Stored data
Content starts

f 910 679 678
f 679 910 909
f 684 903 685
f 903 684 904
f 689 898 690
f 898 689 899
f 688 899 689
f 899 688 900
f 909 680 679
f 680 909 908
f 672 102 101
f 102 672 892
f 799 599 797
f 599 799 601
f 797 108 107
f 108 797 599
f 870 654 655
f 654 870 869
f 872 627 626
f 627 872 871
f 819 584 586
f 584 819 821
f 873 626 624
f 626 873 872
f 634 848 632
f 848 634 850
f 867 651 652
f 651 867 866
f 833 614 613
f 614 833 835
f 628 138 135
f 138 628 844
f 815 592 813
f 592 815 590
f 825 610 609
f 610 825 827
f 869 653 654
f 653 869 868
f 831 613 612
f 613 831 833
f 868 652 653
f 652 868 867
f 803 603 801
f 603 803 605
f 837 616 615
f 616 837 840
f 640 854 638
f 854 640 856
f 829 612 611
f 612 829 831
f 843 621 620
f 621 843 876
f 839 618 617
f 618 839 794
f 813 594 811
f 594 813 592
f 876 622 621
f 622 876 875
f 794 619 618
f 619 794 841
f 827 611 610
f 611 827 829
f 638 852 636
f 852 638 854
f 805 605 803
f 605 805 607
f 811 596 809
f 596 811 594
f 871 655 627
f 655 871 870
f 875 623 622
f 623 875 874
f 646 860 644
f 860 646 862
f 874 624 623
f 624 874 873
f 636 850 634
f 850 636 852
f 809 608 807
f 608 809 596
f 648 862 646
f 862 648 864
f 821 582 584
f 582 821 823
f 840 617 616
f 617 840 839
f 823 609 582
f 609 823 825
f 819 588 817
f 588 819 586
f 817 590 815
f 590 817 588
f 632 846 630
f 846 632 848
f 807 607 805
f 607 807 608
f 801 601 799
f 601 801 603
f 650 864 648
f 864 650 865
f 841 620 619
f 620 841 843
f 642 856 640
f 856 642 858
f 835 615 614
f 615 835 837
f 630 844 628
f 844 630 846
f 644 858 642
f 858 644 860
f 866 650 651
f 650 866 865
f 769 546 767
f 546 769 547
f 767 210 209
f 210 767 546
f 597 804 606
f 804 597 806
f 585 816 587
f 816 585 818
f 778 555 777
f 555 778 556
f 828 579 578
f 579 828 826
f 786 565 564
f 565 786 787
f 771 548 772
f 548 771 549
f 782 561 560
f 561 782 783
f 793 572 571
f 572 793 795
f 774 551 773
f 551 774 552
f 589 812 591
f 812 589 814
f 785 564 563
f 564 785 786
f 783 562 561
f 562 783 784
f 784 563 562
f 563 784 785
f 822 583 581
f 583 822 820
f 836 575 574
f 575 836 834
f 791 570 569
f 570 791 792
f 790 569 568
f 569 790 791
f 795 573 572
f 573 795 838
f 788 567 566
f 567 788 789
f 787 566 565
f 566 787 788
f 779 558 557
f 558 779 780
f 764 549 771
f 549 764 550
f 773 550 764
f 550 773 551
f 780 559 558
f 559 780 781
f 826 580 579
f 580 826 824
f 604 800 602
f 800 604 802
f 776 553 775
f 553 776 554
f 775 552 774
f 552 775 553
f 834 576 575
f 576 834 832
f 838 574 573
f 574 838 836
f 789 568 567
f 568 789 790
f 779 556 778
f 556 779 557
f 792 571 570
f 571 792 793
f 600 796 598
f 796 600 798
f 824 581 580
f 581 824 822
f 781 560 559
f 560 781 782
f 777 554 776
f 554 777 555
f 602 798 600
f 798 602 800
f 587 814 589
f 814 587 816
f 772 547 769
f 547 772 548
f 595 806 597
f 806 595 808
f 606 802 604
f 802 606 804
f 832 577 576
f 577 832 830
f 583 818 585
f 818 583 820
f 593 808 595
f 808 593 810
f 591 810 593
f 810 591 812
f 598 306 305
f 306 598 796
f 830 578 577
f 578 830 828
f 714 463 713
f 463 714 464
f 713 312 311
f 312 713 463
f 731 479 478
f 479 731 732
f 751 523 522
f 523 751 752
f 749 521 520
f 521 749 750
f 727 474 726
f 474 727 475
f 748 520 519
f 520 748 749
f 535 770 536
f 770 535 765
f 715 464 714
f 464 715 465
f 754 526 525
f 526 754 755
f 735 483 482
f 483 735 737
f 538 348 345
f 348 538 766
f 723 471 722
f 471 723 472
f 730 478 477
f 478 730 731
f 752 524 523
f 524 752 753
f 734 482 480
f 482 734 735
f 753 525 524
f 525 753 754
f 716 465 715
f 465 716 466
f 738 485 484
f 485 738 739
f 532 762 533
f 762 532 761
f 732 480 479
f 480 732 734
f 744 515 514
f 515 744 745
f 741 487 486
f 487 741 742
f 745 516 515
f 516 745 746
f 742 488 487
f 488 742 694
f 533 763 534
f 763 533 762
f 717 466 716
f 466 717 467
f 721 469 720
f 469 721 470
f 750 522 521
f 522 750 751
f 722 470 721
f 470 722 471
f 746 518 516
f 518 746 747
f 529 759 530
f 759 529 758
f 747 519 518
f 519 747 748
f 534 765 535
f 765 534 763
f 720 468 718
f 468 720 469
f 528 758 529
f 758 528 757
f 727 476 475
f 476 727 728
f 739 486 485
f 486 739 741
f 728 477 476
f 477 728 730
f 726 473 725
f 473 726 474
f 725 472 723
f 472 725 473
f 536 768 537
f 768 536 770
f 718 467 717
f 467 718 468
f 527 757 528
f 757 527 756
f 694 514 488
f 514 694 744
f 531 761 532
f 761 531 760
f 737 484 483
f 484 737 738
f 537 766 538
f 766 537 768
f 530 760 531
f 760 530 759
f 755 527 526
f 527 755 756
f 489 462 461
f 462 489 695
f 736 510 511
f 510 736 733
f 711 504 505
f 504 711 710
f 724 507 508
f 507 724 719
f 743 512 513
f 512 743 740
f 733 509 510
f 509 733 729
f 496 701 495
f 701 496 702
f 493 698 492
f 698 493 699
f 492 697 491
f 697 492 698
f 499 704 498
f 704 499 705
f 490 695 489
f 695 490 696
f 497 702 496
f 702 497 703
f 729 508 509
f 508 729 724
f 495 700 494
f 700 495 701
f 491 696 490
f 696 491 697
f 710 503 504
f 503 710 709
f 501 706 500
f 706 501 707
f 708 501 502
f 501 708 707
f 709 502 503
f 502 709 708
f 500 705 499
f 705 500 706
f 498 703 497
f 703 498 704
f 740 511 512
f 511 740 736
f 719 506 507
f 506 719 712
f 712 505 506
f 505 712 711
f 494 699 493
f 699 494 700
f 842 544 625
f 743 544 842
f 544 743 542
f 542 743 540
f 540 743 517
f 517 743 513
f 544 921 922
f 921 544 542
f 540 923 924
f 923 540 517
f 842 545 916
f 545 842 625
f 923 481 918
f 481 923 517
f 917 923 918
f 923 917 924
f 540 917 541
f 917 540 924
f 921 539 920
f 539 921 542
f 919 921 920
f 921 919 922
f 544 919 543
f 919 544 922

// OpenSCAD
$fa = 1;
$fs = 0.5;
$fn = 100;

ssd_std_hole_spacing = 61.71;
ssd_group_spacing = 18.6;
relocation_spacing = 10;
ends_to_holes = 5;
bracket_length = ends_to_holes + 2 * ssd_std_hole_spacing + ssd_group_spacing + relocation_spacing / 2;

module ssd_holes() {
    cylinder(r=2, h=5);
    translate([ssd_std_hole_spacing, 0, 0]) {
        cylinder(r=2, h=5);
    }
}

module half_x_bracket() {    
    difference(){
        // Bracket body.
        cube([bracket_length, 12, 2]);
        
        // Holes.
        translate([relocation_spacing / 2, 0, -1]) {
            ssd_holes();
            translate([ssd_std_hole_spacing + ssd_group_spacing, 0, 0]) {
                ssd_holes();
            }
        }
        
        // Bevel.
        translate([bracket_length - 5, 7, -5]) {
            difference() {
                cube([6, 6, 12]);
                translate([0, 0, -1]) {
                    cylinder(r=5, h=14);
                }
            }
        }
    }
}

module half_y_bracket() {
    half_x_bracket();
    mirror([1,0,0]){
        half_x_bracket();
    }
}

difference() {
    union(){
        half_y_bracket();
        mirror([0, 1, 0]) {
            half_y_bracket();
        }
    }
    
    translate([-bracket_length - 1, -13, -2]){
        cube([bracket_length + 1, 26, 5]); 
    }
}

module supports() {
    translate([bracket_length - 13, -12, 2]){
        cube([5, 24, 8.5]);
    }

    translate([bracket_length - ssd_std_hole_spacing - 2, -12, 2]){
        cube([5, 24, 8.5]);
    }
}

Content ends

When a line among the entries contains "cylinder", pull that line out.

    cylinder(r=2, h=5);
        cylinder(r=2, h=5);
                    cylinder(r=5, h=14);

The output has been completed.